INTRODUCTION

‘He was alone, three million light-years from home.’ So concludes the first chapter of the novel of the film E.T. Packed between ‘alone’ and ‘home’, those three million light-years express the vast and tender emotions carried by the concept of home, the place of origin, the place of belonging, of comfort, of relationship: the haven. Home is the place each human being (and each extra-terrestrial) seeks with the heart. In 1982 Steven Spielberg gave the world the imperative ‘E.T. phone home’. This unlikely little clump of words went straight to the core of the matter. Connection with home is the genesis of hope.

In this collection of essays ten writers have taken ten personal approaches to the meaning of ‘home’. All the essayists are established Australian writers, writers who have had a great deal of time and experience on which to reflect. They sometimes locate their home in the country of origin, in the town, in the house, but almost all move into some examination of relationships with others, and also into the nature of the self. ‘Home’, it seems, is bound up with identity. Exploration of identity frequently takes the writers into recollections of their early selves, and ‘home’ sometimes lies very close to the places and relationships of childhood. Contemplation of home leads back to the mother and forward to the grave, such a trajectory bringing writers inevitably again to an examination of the self.

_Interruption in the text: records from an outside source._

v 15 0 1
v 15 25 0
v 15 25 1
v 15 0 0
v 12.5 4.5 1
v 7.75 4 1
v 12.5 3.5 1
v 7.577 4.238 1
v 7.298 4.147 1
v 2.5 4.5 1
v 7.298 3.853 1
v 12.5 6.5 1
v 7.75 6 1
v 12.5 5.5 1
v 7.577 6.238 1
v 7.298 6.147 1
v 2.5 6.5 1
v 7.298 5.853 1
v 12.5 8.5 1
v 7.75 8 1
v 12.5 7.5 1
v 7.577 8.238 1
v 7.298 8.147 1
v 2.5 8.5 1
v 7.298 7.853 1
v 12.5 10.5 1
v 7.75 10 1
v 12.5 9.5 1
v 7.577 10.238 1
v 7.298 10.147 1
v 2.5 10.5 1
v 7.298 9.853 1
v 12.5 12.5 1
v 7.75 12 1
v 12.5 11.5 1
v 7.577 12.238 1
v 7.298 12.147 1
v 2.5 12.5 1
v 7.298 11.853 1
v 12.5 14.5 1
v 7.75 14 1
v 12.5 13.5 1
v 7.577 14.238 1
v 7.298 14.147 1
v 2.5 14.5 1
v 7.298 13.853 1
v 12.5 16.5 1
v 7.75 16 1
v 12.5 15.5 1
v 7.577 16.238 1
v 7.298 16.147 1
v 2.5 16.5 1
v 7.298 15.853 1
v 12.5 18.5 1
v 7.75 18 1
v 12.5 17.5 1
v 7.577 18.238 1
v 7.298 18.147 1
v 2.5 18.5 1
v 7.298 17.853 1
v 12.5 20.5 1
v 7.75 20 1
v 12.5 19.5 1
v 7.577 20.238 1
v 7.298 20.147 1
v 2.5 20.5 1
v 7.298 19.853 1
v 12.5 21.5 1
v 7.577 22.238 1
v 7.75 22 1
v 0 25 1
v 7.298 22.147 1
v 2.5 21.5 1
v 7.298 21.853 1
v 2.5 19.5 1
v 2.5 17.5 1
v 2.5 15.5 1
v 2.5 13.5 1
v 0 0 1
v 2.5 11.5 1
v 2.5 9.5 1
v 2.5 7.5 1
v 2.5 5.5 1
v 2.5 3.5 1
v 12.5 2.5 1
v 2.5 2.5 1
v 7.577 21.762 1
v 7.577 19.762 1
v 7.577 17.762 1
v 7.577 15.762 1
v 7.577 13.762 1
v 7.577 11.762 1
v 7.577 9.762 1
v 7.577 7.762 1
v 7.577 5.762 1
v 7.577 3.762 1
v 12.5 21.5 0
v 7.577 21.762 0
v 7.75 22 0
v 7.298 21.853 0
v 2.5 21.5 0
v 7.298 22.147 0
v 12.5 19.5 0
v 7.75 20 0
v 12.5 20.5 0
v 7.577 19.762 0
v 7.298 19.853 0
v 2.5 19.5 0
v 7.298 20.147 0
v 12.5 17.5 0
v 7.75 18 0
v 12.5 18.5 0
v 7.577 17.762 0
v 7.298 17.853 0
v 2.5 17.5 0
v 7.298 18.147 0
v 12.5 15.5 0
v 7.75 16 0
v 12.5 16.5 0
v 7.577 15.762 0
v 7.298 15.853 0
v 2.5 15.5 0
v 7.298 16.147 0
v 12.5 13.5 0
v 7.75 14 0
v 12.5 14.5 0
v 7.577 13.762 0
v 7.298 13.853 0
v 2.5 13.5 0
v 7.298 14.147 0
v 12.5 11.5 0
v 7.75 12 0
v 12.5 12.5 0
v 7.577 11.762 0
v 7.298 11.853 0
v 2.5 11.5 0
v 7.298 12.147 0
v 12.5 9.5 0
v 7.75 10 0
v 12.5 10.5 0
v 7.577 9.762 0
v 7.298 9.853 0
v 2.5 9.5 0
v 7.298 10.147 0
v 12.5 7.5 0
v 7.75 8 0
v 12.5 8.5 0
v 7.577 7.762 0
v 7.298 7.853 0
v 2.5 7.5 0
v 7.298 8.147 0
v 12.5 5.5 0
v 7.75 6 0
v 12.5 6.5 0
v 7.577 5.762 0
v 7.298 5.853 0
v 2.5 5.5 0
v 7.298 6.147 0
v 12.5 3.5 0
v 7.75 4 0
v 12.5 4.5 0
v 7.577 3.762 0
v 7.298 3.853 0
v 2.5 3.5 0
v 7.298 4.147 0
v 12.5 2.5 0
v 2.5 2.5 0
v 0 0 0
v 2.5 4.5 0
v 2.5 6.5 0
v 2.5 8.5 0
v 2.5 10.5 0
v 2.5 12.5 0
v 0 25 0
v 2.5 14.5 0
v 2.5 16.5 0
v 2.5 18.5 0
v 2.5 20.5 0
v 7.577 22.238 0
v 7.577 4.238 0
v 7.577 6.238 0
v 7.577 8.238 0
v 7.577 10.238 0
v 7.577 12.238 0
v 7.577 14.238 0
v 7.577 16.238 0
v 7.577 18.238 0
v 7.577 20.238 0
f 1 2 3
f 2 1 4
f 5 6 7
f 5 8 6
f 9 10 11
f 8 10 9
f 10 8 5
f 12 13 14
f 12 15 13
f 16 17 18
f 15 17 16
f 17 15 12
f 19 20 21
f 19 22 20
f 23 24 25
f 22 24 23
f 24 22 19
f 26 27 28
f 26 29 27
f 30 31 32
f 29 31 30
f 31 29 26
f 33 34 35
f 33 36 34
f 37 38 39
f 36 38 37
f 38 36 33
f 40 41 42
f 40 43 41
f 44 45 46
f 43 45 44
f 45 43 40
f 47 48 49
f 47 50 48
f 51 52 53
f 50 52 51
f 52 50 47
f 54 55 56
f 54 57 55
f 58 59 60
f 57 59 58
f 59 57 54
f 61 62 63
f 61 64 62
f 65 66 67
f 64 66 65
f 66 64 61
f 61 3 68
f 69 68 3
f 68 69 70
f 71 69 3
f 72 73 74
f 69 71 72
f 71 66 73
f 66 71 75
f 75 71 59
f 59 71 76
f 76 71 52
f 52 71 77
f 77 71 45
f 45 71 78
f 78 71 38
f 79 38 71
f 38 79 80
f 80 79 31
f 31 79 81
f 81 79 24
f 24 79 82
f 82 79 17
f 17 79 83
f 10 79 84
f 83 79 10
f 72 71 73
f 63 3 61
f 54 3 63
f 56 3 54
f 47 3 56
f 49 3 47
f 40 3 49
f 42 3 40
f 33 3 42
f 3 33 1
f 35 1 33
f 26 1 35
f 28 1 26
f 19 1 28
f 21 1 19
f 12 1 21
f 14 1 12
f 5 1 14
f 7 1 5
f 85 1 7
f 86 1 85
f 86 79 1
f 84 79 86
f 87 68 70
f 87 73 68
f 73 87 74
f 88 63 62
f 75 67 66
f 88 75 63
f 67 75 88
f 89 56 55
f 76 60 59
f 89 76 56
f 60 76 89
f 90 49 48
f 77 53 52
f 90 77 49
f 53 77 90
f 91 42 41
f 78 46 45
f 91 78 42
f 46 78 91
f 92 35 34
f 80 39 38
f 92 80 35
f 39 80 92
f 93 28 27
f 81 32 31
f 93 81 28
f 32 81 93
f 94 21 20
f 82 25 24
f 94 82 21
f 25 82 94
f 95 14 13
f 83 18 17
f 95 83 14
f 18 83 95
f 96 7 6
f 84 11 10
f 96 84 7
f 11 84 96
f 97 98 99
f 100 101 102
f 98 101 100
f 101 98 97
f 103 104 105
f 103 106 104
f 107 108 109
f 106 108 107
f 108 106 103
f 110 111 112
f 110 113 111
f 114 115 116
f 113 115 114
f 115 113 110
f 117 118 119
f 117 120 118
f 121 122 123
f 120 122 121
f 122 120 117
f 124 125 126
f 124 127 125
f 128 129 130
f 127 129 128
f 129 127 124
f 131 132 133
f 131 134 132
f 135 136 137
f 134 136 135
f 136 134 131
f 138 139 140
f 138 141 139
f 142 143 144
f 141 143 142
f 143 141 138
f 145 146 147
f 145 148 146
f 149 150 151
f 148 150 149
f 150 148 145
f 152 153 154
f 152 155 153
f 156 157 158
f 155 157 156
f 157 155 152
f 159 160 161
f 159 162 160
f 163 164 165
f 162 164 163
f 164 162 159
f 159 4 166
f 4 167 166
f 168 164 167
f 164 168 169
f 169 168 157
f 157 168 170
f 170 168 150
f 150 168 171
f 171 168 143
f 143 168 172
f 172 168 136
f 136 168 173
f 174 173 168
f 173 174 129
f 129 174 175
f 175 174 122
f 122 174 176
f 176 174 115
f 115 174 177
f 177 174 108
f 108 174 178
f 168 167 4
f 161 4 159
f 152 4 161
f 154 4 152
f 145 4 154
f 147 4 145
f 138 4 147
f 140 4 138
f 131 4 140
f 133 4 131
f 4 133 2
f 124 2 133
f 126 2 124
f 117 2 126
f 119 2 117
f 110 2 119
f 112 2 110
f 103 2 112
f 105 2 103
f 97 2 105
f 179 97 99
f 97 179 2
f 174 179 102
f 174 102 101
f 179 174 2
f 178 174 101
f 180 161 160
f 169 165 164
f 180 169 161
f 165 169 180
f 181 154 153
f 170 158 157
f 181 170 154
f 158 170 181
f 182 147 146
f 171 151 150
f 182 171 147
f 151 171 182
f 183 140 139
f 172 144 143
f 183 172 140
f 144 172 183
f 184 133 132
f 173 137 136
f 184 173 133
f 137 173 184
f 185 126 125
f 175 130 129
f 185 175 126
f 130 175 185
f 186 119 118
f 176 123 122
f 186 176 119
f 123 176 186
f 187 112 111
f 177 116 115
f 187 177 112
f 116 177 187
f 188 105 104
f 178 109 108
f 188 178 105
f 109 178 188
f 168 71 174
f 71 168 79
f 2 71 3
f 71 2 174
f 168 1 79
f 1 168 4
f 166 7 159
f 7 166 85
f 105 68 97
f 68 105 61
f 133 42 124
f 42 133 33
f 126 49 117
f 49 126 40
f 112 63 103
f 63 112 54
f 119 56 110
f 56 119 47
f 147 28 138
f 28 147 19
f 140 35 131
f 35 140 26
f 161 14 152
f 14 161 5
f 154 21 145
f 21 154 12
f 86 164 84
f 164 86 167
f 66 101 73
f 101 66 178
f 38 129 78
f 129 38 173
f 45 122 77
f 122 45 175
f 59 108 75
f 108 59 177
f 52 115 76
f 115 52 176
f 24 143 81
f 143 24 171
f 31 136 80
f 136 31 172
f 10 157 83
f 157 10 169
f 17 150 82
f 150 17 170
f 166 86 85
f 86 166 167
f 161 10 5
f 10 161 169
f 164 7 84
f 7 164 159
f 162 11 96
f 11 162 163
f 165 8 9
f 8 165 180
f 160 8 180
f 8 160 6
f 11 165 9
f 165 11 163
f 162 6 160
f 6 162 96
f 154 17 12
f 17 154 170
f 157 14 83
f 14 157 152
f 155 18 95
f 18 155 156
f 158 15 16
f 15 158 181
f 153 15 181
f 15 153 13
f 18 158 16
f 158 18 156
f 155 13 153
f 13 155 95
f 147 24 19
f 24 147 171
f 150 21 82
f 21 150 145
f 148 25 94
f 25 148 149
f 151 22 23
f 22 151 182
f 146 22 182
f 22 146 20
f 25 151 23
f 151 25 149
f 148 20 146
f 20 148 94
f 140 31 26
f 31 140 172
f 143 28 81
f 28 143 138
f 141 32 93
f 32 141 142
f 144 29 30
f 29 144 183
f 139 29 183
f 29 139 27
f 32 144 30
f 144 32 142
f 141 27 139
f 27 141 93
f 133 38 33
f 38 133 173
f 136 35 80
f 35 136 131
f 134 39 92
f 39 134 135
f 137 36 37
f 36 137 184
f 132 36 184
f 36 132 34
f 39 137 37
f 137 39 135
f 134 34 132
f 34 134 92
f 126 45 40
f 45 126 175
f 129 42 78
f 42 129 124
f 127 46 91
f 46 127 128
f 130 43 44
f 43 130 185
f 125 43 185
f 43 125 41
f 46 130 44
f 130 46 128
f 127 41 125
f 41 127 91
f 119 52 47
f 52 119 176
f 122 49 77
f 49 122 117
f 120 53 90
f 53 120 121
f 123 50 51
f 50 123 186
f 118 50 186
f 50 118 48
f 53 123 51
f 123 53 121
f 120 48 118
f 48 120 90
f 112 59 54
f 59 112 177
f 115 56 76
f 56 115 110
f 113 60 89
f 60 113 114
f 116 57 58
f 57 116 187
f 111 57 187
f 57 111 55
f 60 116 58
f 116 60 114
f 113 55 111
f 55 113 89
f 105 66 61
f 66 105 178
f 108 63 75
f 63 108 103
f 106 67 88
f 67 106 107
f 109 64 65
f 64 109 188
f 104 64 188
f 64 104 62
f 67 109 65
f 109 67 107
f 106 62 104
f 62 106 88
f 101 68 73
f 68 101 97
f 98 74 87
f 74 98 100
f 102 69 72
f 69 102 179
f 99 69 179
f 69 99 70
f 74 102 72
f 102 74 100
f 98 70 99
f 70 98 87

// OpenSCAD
//How many warp threads
warp_count = 20;

//How wide is each thread
warp_diameter = .5;

//How high is the Heddle
heddle_height = 10; 

//2D to make DXF files, 3D for STL
2Dv3D = "3D"; // [2D, 3D]


/* [Hidden] */
warp_dia = warp_diameter; 
weft_dia = warp_dia; 
shaft_width = warp_dia + weft_dia ;
heddle_frame_width = 5*warp_dia;
heddle_frame = heddle_frame_width * 2;
heddle_width = shaft_width  * warp_count;
tt = 0.1;

if (2Dv3D=="2D") {
    projection() heddle();
    }
  else {
    heddle();
    }


module heddle() {
    difference () {  
        cube([heddle_height + heddle_frame, heddle_width + heddle_frame, shaft_width]);
        translate ([heddle_frame_width , heddle_frame_width, -tt/2 ]) 
            cube([heddle_height, heddle_width, shaft_width+tt ]);
        }
    for (I = [ heddle_frame_width + shaft_width : shaft_width *2: heddle_width+heddle_frame - shaft_width  ]) {  
        translate ([0, I, 0]) 
            difference () {
                cube ([heddle_height + heddle_frame, shaft_width, shaft_width] );
                translate ( [(heddle_height + heddle_frame) / 2, shaft_width/2, -tt/2] ) 
                    cylinder ( h=shaft_width+tt, r=warp_dia/2);
                }
            }
        }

Australia is a continent to which Europeans came in the eighteenth century partly for the purpose of establishing European culture, in an attempt to convert a land they experienced as foreign and hostile into a land they could ultimately consider to be home. The terrible violence and tragedy of this exercise whereby powerful invaders overtook the homeland of the indigenous peoples will forever mark this country. And the invaders carried with them their own tragic underclass, people who were forced into exile from their homelands. The idea of home is horribly scored and burned into the story of this country.

In 1997 a government report on the lives of thousands of Indigenous Australians who had been taken from their families was published. It was called Bringing Them Home. This is a most striking example of the powerful use of the word ‘home’, a word which is used so frequently in speech and writing without necessarily very much reflection. All the emotion of the stories contained in the report is packed into the word. Home. The report contained personal accounts by Indigenous people of their childhood experience of being removed from their families and homes and relocated. I edited and published a collection of these stories in 1998: The Stolen Children—Their Stories.

That is all a long time ago now, and it may seem odd to say so, but as a result of seeing the word ‘home’ in the title of the report, I have been contemplating the word ever since, wondering what it means to people, how writers might explore it and describe it. This present collection is the result of my contemplation. The writers here are all people of principally European heritage, all originating from migrations at various times up to the middle of last century. A collection of ten essays implies a small selection, and I have confined this selection particularly to writers who work with images. I believe it is images that can give writers the power to carry their understanding of the word ‘home’ into the hearts and minds of readers. The word itself is an abstraction, and requires the solidity of imagery in order to come to life.

In February 2009 bushfires in rural Victoria killed 173 people. Pictures of burned-out houses are the graphic symbols of those lost lives. These houses were homes; they were repositories of possessions, hopes and dreams. They were the fragile havens, the places of supposed safety and nurture, the locations where the people placed their identities. The word ‘homeless’ has a terrible, terrible ring. When you are homeless, where is your identity?

Since long before 1788 Australia has been a place of migrations, from the arrivals of pre-history, to the people who came here in search of a new home in the nineteenth and twentieth centuries, to those who still today make their way here in the hope of a better life, a hope that is sometimes frustrated and dashed. Home; they are all looking for their home. The place they once called their own has in many cases become a place of danger and fear rendering it no longer truly ‘home’.

The essays in this collection address in various ways the question of what ‘home’ might mean. It is my hope and expectation that readers will take the essays as inspiration for further contemplation on the meaning of the term.

I am sometimes visited by the memory of a dusty pink rose that bloomed in my garden some years ago. In the hollow centre of the rose lived a bright green praying mantis that seemed very much at home. In the end, the rose lost its petals and died. I always wonder where the insect went. And a most moving and potent use of the word ‘home’ can be seen on the World War One memorial in the Sydney Botanical Gardens. The reference is to the horses that were, at the conclusion of the war, shot by the soldiers who loved them. Rather than see these faithful animals fall into the unloving hands of local traders, the men destroyed them. On the memorial is the statement: ‘They did not come home.’